Just to make sure I understand your position, are you suggesting that no one take any action against BP, that thepublic just suck it up and let BP keep the money that they have earned off the backs of the dead people and the people who will loose because of BP's liability? There are 11 families who have lost the wage earner in the family, probably some had kids. Should they just forget about it?


----------



## fishn4real (Sep 28, 2007)

> *Chasin' Tales (30/04/2010)*
> 
> 
> > *fishn4real (30/04/2010)*I believe that BP is liable for the damages, directly and indirectly, ...
> ...


You probably should sue the neighbor because he is primarily liable for the supervision of his employees and contractors and for any damages caused by them. The neighbor, in turn, should sue the contractor for the damages caused by his negligence.


----------



## CCC (Sep 3, 2008)

Boy how times change !!!!!! I remember people pissed off at the people who lived in New Orleans wanting something for nothing and saying "Those stupid @ss people knew they lived below sea level, thats what they get for living there". Guys, we use oil, gas and diesel in our trucks and our boats, we join groups that say "Drill here drill now" so we can save money on gas and stop our dependence on foreign countries for our oil. Now let there be one mistake and let's sue !!!!!!! Living on the coast we realize the potential for disaster from hurricanes, and now from oil spills, it is what it is. These oil companies take every precaution, the guys on them risk their lives to get us the product that we demand, and when there is a mishap we want to burn them at the stake ????You don't like it then buy a damn electric vehicle, put solar panels on your house, start buying carbon offsets to offset your carbon footprint, then and ONLY THEN, will you have the right to bitch, whine, complain, AND SUE !!!!!!!!!


----------



## P-cola_Native (Feb 5, 2008)

Sure guys, keep on hating attornies and supporting oil companies. Lawyers didn't create that big ass oil slick.
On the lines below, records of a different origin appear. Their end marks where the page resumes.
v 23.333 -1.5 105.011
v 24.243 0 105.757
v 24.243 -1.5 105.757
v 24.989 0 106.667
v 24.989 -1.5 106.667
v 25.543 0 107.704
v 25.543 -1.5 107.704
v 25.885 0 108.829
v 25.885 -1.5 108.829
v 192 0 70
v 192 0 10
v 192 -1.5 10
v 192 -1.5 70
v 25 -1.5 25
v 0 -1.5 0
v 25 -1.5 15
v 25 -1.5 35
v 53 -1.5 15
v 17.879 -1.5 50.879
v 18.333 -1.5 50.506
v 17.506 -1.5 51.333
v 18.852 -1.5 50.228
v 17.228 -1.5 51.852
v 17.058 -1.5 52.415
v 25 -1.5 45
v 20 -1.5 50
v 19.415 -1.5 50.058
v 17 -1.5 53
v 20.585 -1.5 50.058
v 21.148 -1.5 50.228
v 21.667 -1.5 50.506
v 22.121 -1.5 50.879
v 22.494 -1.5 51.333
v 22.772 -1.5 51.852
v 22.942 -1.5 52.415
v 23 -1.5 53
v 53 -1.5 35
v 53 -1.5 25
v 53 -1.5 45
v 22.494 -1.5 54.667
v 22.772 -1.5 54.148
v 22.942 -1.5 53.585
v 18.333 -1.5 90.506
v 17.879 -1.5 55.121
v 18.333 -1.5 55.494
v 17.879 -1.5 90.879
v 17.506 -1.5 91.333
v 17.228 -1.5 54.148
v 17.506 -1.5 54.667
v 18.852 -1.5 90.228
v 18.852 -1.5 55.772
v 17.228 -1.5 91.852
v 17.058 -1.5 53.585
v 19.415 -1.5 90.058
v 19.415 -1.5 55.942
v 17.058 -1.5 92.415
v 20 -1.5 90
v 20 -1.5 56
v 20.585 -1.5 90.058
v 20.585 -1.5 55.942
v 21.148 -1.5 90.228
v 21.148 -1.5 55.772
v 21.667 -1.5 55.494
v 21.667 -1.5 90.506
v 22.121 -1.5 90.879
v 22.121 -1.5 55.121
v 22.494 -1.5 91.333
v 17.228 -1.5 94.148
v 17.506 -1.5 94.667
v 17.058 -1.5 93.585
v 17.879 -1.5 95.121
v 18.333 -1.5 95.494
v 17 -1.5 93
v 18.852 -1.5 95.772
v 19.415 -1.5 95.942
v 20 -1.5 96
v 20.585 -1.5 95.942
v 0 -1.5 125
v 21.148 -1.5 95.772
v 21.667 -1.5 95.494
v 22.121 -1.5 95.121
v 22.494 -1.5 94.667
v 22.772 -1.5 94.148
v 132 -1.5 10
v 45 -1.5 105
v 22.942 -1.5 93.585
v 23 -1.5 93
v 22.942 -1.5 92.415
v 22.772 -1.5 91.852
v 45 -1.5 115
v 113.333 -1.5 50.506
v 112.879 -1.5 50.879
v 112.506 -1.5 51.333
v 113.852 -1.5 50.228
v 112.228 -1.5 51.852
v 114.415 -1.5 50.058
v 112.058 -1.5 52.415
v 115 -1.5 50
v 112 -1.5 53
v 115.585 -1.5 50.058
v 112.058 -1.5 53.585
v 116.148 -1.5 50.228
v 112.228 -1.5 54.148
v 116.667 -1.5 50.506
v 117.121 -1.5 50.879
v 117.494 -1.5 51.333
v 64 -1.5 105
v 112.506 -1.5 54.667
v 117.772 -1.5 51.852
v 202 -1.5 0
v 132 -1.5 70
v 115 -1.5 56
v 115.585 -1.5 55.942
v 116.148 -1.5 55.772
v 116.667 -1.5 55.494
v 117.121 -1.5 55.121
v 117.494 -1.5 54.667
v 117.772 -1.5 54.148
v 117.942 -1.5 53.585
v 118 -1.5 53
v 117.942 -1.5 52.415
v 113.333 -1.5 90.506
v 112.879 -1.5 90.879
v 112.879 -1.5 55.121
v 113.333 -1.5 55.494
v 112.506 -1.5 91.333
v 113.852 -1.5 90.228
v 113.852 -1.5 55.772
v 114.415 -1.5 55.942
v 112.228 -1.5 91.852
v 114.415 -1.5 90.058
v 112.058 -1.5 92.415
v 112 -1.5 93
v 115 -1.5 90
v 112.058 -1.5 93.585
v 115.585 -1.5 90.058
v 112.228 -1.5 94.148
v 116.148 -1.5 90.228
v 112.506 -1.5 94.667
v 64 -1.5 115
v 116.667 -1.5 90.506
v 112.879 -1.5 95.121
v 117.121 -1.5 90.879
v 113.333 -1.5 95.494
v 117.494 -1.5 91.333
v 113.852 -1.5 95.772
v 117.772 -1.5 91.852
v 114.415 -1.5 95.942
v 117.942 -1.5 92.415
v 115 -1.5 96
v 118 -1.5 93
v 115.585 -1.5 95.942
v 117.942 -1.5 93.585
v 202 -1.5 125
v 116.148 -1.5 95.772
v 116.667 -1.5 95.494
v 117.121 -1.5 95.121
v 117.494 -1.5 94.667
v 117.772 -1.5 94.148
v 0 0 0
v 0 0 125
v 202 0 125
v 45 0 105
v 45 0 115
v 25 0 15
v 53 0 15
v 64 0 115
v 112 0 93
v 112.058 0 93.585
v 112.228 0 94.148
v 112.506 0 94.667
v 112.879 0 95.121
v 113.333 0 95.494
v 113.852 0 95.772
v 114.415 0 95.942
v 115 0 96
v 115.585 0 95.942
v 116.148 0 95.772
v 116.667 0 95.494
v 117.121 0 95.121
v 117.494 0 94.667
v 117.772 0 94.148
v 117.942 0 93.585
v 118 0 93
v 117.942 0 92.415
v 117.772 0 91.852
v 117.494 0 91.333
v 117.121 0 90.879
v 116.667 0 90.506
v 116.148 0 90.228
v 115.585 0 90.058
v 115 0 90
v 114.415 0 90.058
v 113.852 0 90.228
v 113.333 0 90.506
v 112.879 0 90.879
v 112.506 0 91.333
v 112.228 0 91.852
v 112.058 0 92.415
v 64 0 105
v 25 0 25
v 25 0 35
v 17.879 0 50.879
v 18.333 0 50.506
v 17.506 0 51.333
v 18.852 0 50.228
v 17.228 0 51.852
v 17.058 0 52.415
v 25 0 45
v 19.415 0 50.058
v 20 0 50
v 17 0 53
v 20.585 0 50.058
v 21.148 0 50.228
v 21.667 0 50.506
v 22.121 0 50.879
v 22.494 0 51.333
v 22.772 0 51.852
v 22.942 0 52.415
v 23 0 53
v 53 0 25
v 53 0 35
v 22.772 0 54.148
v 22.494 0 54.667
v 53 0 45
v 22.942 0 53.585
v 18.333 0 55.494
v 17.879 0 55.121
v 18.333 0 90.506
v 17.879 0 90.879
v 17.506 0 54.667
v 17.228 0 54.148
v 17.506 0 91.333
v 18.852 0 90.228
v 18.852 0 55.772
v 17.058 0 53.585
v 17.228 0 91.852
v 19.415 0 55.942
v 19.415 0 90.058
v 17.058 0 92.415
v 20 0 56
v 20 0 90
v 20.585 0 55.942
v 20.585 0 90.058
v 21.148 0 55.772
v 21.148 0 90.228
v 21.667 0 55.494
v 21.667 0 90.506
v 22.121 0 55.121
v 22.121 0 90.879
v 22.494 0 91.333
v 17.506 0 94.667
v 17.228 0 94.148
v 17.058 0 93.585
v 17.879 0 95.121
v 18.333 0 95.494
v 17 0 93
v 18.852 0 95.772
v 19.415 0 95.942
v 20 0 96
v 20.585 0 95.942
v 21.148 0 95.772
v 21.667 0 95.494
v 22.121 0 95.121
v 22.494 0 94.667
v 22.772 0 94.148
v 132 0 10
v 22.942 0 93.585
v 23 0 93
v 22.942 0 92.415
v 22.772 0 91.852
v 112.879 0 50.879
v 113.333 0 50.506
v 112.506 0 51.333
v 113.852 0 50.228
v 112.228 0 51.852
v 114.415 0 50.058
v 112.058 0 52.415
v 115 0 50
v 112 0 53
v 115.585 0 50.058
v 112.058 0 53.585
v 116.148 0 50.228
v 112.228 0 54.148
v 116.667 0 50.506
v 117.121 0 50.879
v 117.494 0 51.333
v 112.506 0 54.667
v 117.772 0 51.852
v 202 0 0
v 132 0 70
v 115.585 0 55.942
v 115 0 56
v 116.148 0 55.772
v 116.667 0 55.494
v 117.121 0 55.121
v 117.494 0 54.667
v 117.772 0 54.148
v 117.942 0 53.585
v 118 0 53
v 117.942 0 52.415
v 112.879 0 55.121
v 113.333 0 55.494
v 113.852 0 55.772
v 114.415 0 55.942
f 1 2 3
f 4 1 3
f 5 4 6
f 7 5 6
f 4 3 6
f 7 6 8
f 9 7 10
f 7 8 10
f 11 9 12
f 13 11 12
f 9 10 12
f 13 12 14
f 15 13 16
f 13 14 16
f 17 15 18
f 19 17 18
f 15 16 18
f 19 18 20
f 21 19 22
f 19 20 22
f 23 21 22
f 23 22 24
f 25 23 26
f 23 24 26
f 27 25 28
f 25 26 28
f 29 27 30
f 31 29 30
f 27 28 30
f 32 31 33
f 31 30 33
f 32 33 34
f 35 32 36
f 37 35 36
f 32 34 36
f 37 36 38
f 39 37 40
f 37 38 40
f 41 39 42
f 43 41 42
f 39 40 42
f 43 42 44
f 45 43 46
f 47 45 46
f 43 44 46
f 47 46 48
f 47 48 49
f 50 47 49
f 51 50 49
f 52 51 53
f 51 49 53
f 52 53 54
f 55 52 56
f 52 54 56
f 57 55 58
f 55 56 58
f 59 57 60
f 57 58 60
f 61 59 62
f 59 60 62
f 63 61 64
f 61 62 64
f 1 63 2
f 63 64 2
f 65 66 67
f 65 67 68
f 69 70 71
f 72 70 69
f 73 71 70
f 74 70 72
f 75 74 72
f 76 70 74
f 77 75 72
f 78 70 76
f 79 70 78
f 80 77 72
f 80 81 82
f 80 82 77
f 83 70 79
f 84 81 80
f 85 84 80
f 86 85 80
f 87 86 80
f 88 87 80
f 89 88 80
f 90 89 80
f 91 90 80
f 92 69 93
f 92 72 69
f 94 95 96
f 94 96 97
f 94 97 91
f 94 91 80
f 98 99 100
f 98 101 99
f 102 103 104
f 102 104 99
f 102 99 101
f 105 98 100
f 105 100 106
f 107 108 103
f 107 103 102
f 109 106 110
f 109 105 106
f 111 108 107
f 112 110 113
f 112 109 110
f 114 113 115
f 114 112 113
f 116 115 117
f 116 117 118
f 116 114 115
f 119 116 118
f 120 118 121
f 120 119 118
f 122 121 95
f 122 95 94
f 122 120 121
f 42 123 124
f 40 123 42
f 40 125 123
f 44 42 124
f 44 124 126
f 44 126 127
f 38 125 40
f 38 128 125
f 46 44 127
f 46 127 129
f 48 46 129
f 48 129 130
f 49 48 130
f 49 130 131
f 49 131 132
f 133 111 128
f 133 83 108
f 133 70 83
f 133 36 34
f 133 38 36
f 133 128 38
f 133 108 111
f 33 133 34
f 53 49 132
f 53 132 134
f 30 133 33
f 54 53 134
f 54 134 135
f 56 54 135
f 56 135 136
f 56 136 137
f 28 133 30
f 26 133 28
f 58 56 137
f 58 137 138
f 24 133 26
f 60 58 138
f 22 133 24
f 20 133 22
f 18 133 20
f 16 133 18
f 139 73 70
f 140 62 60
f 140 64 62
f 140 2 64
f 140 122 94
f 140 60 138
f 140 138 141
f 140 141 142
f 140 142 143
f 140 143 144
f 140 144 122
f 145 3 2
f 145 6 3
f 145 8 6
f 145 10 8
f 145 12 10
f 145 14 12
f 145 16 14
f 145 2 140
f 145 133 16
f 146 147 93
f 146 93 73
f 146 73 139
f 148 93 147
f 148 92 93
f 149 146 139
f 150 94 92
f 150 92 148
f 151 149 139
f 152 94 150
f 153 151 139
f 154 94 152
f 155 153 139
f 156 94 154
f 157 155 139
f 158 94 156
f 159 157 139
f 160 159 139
So some of y'all really think BP is doing a good job and would rightly compensate everyone without lawsuites? Come on, they've got a huge warchest just sitting there waiting for this. They are going to have to pay and you can't get that done without a lot of hard work from lawyers. They work hard for their money just like everyone else, despite what everyone says.


----------



## FLYBOY (Oct 3, 2007)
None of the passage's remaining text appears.